TradFi ve şifreleme dünyasının birleşimi: İki yönlü atılımlar yeni fırsatlar açıyor

TradFi ve şifreleme dünyasının birleşimi: İki yönlü atılımlar ve yeni fırsatlar

Finans piyasasında yıllardır tecrübe kazanan kıdemli yatırımcılar, şifrelemeye karşı bakış açılarını sessizce değiştiriyorlar. Daha önce "dolandırıcılık" olarak görülen Bitcoin, artık onların araştırmalarının yeni odak noktası haline geldi. Bu değişim tesadüf değil, aksine şifreleme piyasası ile TradFi sisteminin giderek daha yakın etkileşiminden kaynaklanıyor.

Bitcoin yeni bir zirveye ulaşırken, Ethereum fiyatı da yükseldiğinde, belirgin bir şekilde ayrışmış olan şifreleme dünyası ve TradFi dünyası birbirine girmeye başladı. Şifreleme meraklıları, dış dünyaya fikirlerini yaymak için çaba gösteriyor ve daha geniş bir anlayış ve tanınma elde etmeyi umuyor. Bu arada, birçok borsa yatırımcısı da Bitcoin ve Ethereum'a ilgi göstermeye başladı ve sessizce bazı şifreleme varlıkları edinmeye başladı.
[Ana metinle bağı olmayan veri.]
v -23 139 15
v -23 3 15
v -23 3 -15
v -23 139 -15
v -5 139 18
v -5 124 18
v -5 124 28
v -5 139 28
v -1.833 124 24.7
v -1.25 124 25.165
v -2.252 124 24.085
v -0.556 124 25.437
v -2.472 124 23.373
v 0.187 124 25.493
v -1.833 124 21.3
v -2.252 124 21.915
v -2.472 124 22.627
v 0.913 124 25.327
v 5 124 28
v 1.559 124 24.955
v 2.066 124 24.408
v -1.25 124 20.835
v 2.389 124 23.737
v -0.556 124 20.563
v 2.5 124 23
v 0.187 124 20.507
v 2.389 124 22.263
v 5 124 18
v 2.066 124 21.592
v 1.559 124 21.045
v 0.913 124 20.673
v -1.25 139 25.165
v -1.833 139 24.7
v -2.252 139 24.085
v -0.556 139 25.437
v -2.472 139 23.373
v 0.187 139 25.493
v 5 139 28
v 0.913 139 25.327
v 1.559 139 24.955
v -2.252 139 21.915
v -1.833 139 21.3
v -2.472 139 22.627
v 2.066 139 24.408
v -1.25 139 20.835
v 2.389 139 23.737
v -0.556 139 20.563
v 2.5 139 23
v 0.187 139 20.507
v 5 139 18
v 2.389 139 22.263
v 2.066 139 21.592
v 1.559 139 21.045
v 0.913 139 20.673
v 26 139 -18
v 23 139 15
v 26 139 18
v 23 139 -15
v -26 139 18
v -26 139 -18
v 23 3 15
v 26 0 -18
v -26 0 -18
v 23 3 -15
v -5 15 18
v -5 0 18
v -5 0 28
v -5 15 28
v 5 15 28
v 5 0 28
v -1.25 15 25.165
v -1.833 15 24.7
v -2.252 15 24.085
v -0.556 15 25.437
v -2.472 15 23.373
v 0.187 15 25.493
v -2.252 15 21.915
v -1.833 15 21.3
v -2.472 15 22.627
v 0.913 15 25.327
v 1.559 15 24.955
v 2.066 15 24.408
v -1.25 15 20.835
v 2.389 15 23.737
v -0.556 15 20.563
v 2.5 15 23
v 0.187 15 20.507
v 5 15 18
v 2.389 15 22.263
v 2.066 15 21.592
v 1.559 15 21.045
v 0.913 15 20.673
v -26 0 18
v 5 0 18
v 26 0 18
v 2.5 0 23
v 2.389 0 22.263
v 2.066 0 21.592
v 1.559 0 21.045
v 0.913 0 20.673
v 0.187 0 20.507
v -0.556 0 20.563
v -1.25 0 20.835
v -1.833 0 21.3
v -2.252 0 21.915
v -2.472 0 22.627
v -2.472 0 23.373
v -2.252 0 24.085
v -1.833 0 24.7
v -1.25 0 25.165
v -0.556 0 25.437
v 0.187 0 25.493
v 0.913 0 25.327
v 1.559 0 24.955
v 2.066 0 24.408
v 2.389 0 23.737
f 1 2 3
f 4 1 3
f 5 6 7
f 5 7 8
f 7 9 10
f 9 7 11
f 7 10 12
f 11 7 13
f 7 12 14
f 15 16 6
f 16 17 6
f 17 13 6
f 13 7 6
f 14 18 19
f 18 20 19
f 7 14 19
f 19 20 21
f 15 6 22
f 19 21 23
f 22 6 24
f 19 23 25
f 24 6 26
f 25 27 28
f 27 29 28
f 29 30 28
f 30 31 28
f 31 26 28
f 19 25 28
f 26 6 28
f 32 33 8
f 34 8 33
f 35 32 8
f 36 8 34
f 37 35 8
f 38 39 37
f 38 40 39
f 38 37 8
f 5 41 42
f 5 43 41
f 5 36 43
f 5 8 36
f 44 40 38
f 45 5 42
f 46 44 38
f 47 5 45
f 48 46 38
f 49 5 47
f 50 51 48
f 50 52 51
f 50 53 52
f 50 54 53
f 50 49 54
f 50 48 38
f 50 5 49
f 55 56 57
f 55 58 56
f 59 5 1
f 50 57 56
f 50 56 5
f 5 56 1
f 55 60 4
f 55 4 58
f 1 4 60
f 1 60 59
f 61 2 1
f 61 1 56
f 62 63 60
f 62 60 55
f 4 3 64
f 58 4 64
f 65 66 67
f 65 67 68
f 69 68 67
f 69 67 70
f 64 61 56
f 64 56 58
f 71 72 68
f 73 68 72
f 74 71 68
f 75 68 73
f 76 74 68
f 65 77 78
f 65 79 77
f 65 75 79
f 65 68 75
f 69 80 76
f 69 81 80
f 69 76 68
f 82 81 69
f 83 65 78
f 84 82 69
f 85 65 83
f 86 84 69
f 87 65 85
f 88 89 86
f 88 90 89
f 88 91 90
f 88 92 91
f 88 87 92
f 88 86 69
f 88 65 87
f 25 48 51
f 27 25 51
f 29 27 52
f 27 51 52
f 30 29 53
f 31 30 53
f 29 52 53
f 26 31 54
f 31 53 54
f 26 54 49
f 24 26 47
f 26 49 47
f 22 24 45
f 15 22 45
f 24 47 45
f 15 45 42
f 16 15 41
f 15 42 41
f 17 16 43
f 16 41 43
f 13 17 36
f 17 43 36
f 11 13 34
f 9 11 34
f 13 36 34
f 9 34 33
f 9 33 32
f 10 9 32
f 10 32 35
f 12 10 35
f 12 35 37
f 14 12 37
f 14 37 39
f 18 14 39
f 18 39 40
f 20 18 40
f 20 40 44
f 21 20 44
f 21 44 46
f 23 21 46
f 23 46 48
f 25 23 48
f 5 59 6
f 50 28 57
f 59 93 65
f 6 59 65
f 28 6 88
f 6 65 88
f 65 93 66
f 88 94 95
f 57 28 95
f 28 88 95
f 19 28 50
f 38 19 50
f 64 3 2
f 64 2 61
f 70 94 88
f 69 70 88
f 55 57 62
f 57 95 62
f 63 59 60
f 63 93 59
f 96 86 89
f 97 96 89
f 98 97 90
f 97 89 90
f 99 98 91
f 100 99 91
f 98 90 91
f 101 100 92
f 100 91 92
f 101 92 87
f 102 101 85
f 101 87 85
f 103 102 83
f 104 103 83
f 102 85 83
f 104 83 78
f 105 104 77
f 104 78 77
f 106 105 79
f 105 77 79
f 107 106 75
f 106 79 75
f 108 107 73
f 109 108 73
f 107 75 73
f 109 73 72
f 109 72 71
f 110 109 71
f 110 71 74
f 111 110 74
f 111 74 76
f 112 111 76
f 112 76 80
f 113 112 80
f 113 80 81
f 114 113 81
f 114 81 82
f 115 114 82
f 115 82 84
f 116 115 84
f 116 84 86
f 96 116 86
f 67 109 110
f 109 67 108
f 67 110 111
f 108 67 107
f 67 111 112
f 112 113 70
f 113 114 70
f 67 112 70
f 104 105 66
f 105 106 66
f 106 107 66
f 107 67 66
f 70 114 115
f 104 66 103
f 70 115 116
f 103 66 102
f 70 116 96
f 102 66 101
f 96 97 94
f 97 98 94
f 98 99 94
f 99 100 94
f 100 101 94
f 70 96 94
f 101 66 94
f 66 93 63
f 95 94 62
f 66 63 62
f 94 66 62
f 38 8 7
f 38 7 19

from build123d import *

# Parameters (mm, degrees)
SKETCH1_W               = 52
SKETCH1_H               = 36
BOSS_EXTRUDE1_DEPTH     = 3
BOSS_EXTRUDE2_START     = 3
SKETCH1_3_W             = 52
SKETCH1_3_H             = 36
SKETCH1_3_W_2           = 46
SKETCH1_3_H_2           = 30
BOSS_EXTRUDE2_DEPTH     = 136
SKETCH2_W               = 10
SKETCH2_H               = 15
BOSS_EXTRUDE3_DEPTH     = 10
SKETCH3_R               = 2.5
CUT_EXTRUDE1_DEPTH      = 1
CUT_EXTRUDE1_DEPTH_BACK = 140


with BuildPart() as part:
    # Sketch1 → Boss-Extrude1 (new body)
    with BuildSketch(Plane(origin=(0, 0, 0), x_dir=(1, 0, 0), z_dir=(0, 1, 0))):
        Rectangle(SKETCH1_W, SKETCH1_H)
    extrude(amount=BOSS_EXTRUDE1_DEPTH)

    # Sketch1<3> → Boss-Extrude2 (add)
    with BuildSketch(Plane(origin=(0, 0, 0), x_dir=(1, 0, 0), z_dir=(0, 1, 0)).offset(BOSS_EXTRUDE2_START)):
        Rectangle(SKETCH1_3_W, SKETCH1_3_H)
        Rectangle(SKETCH1_3_W_2, SKETCH1_3_H_2, mode=Mode.SUBTRACT)
    extrude(amount=BOSS_EXTRUDE2_DEPTH)

    # Sketch2 → Boss-Extrude3 (add)
    with BuildSketch(Plane.XY.offset(18)):
        with Locations((0, 131.5)):
            Rectangle(SKETCH2_W, SKETCH2_H)
        with Locations((0, 7.5)):
            Rectangle(SKETCH2_W, SKETCH2_H)
    extrude(amount=BOSS_EXTRUDE3_DEPTH)

    # Sketch3 → Cut-Extrude1 (cut, two sides)
    with BuildSketch(Plane(origin=(0, 139, 0), x_dir=(1, 0, 0), z_dir=(0, 1, 0))) as cut_extrude1_sk:
        with Locations((0, -23)):
            Circle(SKETCH3_R)
    extrude(amount=CUT_EXTRUDE1_DEPTH, mode=Mode.SUBTRACT)
    extrude(cut_extrude1_sk.sketch, amount=-CUT_EXTRUDE1_DEPTH_BACK, mode=Mode.SUBTRACT)


solid = part.part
Bu birleşim rüzgarı aniden ortaya çıkmadı. Bir yandan, hükümet kurumları, Wall Street devleri ve düzenleyici otoriteler şifreleme alanına aktif olarak katılmaya başladı; diğer yandan, şifreleme şirketleri de uyumlu gelişim ve işbirliği fırsatları arayışına girdi. Bitcoin yeniden zirveye ulaşırken, şifreleme piyasası ile TradFi arasındaki görünmez engel yavaş yavaş eriyor, çift yönlü bir atılım başlamış durumda.
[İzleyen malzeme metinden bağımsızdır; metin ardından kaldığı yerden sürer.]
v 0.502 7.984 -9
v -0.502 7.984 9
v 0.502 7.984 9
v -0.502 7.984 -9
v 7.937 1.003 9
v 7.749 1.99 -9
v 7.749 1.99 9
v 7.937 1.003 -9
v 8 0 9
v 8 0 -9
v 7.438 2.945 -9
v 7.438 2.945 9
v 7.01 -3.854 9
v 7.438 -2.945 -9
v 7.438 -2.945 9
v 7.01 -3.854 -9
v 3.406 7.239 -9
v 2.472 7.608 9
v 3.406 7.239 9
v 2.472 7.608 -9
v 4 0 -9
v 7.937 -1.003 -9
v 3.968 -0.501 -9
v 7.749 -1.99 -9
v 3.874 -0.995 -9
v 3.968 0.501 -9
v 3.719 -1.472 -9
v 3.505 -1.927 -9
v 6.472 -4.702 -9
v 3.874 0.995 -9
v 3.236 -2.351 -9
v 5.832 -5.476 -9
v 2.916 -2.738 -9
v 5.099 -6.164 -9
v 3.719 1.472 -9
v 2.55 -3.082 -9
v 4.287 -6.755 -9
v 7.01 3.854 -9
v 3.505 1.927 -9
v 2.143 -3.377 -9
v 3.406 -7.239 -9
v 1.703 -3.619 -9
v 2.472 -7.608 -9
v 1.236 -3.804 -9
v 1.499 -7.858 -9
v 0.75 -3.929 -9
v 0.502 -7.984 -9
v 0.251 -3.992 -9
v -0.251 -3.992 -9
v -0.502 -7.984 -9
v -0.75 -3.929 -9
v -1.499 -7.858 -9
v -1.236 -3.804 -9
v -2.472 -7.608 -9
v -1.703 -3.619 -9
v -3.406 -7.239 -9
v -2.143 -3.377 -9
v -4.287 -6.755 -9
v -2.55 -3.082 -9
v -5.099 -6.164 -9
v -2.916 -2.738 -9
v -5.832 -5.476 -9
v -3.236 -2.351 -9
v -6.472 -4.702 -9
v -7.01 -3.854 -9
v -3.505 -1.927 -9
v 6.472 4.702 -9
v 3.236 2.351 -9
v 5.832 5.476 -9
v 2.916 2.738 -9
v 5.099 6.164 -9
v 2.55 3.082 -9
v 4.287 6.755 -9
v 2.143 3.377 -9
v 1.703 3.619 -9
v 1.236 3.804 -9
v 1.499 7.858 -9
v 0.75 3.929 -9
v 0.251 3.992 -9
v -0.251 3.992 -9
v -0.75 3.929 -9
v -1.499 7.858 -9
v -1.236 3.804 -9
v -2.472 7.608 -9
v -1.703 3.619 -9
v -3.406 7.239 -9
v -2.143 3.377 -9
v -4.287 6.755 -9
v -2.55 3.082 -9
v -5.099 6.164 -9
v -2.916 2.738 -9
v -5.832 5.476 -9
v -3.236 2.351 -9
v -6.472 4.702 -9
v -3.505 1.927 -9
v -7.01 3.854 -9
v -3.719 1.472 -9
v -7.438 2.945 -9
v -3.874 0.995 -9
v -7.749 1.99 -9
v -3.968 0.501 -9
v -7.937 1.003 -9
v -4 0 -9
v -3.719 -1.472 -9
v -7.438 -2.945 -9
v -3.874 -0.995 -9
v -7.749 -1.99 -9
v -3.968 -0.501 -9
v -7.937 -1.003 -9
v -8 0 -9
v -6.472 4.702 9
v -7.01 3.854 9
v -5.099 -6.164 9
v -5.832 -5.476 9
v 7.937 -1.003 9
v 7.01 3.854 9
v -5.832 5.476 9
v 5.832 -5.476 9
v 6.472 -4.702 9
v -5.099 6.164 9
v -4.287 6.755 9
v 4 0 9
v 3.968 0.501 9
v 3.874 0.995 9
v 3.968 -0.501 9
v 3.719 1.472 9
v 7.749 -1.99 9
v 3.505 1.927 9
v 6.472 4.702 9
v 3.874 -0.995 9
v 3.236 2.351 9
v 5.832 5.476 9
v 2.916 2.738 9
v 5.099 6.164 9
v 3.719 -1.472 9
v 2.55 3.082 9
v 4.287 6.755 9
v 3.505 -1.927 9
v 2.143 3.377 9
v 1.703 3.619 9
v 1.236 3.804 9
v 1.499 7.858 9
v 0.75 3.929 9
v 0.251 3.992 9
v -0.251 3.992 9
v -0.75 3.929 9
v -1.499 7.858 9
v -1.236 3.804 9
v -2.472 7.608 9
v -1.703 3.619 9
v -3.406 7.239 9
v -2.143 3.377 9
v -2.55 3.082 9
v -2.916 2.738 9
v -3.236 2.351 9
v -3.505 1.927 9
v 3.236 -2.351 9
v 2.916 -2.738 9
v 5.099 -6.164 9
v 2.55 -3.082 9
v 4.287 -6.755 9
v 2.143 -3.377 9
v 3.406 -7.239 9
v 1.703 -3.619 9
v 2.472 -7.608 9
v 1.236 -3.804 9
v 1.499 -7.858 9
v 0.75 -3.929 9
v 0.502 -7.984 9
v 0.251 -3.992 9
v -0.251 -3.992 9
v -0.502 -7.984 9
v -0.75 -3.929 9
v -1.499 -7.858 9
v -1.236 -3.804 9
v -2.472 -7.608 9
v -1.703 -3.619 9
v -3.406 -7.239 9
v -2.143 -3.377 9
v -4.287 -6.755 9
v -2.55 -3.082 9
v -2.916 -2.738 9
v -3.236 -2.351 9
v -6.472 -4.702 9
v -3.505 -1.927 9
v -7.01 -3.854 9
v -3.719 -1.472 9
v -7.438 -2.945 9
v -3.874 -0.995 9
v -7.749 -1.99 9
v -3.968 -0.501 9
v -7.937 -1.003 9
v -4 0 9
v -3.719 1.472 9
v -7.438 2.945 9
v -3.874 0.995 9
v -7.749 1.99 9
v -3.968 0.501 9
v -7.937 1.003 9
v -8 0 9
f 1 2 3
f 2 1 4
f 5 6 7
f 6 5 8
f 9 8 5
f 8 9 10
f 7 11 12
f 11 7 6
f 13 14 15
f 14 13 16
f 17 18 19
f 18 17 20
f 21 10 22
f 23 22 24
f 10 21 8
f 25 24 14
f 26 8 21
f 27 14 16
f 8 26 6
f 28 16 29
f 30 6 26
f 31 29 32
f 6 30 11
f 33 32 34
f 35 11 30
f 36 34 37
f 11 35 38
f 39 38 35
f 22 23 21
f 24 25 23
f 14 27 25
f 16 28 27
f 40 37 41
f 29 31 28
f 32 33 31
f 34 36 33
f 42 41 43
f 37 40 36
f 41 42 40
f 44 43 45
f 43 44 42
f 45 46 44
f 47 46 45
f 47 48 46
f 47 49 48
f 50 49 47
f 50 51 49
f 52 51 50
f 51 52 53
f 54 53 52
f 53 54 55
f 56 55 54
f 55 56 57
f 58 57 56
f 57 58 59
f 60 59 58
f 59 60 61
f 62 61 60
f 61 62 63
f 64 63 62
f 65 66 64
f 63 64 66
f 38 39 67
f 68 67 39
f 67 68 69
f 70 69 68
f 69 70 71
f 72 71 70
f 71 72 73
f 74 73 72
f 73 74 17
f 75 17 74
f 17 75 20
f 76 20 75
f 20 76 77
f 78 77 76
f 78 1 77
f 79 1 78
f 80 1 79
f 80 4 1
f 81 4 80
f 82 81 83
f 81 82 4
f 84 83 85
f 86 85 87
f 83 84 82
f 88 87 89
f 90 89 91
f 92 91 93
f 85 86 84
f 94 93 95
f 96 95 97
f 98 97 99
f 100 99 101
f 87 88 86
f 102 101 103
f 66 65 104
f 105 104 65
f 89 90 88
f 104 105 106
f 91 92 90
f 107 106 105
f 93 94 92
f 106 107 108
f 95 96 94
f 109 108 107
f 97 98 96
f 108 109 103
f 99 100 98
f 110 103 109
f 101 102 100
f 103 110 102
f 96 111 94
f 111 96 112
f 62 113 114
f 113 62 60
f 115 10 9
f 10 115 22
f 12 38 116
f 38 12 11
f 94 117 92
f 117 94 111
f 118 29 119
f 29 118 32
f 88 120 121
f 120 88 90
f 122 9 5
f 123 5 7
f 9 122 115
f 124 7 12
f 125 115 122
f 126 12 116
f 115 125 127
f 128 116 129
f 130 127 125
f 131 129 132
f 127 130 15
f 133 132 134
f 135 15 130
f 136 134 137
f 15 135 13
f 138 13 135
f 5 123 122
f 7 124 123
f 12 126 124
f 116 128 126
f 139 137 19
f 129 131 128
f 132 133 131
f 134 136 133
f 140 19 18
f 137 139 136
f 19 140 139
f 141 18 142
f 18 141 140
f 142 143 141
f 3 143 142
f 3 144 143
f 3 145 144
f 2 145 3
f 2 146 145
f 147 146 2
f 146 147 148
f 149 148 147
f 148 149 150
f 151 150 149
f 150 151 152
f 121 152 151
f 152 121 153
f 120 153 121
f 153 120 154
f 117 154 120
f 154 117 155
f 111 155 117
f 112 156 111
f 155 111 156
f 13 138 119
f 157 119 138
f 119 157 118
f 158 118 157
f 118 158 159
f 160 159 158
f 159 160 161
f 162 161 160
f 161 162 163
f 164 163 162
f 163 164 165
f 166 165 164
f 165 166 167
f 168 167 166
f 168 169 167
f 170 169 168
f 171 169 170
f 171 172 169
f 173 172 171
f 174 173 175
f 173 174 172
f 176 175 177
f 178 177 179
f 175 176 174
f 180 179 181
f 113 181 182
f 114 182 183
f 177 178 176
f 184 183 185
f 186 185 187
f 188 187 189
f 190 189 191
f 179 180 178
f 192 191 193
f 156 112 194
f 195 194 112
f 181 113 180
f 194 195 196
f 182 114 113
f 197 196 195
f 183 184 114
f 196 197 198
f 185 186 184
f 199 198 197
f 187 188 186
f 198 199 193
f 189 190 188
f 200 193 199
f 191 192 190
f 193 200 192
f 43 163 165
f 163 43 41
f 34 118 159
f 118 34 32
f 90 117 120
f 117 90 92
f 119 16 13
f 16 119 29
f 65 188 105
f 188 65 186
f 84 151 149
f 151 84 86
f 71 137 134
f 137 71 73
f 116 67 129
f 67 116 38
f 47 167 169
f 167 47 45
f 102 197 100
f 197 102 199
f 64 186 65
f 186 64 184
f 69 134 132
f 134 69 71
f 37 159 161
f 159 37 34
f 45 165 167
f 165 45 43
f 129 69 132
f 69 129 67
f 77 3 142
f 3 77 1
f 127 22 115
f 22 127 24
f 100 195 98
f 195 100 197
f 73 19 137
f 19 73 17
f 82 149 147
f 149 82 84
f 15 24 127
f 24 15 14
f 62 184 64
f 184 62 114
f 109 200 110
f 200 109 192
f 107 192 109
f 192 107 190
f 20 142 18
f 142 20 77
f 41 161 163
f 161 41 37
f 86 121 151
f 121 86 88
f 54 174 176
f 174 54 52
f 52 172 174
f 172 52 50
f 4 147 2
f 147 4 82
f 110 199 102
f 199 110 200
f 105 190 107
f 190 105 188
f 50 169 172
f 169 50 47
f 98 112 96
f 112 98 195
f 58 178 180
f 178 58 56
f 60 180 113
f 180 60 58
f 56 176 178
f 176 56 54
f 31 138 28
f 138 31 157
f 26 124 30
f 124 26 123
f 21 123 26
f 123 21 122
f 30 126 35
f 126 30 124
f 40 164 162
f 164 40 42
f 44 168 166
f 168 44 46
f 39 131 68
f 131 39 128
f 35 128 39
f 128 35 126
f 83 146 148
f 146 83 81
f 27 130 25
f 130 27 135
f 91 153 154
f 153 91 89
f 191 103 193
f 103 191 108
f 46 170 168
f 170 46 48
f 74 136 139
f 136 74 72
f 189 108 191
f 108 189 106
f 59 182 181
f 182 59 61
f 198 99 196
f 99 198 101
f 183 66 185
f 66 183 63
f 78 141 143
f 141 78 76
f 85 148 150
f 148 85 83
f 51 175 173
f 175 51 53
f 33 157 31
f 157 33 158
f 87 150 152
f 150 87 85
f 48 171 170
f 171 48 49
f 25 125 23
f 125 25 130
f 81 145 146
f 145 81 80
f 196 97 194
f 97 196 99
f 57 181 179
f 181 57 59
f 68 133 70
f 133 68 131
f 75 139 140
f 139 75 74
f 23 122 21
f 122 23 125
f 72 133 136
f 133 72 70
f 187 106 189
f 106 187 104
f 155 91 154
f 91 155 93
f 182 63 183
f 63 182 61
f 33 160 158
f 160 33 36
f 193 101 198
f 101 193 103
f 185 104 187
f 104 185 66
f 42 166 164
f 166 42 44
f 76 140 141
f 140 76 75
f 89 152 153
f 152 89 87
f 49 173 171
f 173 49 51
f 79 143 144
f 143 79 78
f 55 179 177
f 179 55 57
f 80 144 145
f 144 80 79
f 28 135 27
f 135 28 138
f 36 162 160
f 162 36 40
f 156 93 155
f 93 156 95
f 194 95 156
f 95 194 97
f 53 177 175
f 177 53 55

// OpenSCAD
$fn = 50;


difference() {
	union() {
		translate(v = [0, 0, -9.0000000000]) {
			cylinder(h = 18, r = 8.0000000000);
		}
	}
	union() {
		translate(v = [0, 0, -100.0000000000]) {
			cylinder(h = 200, r = 4.0000000000);
		}
	}
}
TradFi Güçlerinin Şifreleme Alanına Girişi: Politika Rahatlaması, Sermaye Yatırımı

Bu yıl, giderek daha fazla dış güçlerin şifreleme pazarına aktif olarak girdiğini görüyoruz. Sermaye büyük yatırımlar yapıyor, politika ortamı daha esnek hale geliyor ve politik oylar da şifrelemeye dost bir şekilde yönelmeye başlıyor. Bu "dışarıdakiler" artık sadece izleyici değil, bizzat katılmaya hazırlar. Tutumları beklemekten aceleye geçmeye dönüştü ve adımları belirgin şekilde hızlandı.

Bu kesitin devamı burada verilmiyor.